Connecting to hive metastore

In [5]:
# setup spark
from pyspark import SparkContext, SparkConf
from pyspark.sql import session, SparkSession
from pyspark.sql import HiveContext
# butterfree spark client
from butterfree.clients import SparkClient


spark = (
    SparkSession
    .builder
    .appName("Feature Store")
    .config("hive.metastore.uris", "thrift://hive-metastore:9083")
    .enableHiveSupport()
    .getOrCreate())

sc=spark.sparkContext

spark_client = SparkClient()
hive_context = HiveContext(sc)



### Extract

First, we need to define our data schemas.

In [6]:
from pyspark.sql.types import StringType, IntegerType, StructType, StructField, DoubleType

schema_kafka = StructType([StructField('name_employer', StringType(), True),
                          StructField('id_employer', IntegerType(), True),
                          StructField('name_client', StringType(), True),
                          StructField('transaction_id', IntegerType(), True),
                          StructField('payment', StringType(), True),
                          StructField('timestamp', StringType(), True),
                          StructField('product_name', StringType(), True),
                          StructField('product_size', StringType(), True),
                          StructField('product_price', DoubleType(), True),
                          StructField('percent_discount', IntegerType(), True)])
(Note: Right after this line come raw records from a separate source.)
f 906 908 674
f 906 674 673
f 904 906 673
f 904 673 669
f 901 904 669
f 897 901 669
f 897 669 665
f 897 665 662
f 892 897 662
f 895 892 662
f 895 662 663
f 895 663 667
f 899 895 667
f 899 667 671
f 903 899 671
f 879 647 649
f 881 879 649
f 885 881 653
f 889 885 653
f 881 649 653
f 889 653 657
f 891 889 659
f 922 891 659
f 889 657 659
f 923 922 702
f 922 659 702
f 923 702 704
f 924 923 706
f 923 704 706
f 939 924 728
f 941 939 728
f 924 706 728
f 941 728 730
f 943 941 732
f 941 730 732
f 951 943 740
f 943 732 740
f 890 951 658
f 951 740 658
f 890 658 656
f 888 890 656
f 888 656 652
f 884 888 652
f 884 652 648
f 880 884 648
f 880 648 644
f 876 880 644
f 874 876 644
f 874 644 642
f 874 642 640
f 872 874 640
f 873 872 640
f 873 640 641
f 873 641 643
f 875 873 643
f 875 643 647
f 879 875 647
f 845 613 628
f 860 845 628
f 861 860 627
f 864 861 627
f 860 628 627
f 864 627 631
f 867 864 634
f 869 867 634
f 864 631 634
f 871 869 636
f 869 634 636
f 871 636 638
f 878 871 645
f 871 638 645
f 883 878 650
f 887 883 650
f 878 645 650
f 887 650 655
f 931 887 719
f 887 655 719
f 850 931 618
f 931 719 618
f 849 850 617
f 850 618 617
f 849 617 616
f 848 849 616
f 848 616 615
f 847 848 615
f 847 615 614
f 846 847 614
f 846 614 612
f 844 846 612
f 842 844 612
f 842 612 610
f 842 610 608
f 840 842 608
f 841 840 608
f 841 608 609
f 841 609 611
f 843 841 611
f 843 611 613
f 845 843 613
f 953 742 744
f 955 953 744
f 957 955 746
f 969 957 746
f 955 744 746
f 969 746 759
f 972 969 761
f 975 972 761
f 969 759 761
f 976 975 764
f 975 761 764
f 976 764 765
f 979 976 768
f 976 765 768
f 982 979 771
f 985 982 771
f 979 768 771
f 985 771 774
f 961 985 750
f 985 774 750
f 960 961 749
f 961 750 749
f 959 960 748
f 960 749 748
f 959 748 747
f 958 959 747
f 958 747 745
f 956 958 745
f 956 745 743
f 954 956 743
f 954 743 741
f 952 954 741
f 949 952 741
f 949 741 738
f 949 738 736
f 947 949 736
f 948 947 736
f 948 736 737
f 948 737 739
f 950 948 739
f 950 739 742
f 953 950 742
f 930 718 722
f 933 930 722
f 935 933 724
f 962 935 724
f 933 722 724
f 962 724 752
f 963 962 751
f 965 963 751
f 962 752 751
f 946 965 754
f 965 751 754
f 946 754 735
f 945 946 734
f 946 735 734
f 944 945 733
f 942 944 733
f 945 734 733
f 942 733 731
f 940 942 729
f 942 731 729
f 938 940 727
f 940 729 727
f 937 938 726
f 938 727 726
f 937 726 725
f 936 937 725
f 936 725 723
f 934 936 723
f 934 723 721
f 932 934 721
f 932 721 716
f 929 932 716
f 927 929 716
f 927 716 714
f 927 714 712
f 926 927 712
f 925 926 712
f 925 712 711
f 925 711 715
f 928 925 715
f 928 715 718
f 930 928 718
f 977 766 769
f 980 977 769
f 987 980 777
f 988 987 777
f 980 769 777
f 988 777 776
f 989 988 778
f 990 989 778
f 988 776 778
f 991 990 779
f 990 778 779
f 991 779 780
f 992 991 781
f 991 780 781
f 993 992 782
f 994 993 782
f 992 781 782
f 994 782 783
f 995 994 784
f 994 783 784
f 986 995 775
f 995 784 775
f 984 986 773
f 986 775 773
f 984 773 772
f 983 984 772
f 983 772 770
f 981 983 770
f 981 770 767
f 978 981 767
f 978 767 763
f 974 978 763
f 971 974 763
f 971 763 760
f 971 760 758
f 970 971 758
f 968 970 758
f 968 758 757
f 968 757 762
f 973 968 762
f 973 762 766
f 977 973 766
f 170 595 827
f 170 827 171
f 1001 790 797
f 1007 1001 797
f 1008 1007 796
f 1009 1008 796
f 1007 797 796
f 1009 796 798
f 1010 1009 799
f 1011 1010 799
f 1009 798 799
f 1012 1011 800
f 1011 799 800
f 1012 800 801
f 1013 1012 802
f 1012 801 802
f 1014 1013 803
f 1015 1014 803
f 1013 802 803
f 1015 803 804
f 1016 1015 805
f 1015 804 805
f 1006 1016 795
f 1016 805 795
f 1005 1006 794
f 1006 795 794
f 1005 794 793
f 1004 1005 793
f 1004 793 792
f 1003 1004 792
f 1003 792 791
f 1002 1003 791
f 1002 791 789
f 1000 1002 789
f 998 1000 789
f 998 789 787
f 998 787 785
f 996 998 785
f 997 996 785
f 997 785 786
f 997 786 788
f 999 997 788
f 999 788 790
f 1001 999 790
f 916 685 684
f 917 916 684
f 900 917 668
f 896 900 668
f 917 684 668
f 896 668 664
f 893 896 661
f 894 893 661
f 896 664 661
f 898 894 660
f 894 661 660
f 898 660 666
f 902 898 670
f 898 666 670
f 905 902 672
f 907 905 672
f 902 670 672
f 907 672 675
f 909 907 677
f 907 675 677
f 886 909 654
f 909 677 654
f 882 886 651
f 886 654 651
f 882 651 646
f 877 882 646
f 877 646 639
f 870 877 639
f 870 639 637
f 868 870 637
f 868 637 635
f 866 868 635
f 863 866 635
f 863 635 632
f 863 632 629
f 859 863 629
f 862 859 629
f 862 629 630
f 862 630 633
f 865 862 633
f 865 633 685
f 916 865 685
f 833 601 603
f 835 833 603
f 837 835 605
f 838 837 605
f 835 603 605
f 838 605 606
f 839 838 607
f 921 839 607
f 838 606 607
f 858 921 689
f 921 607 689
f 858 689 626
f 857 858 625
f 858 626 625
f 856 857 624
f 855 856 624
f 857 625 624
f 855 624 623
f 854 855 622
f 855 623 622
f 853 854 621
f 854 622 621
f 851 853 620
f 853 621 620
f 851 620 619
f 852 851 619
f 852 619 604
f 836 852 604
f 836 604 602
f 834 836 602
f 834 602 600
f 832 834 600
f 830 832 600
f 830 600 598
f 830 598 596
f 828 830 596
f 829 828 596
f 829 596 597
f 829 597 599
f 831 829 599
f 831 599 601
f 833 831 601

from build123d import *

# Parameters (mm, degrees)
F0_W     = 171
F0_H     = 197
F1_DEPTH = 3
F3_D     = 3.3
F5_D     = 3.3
schema_file = StructType([StructField('name', StringType(), True),
                         StructField('calories', IntegerType(), True),
                         StructField('fat(g)', IntegerType(), True),
                         StructField('carb(g)', IntegerType(), True),
                         StructField('fiber(g)', IntegerType(), True),
                         StructField('protein', IntegerType(), True),
                         StructField('sodium', IntegerType(), True)])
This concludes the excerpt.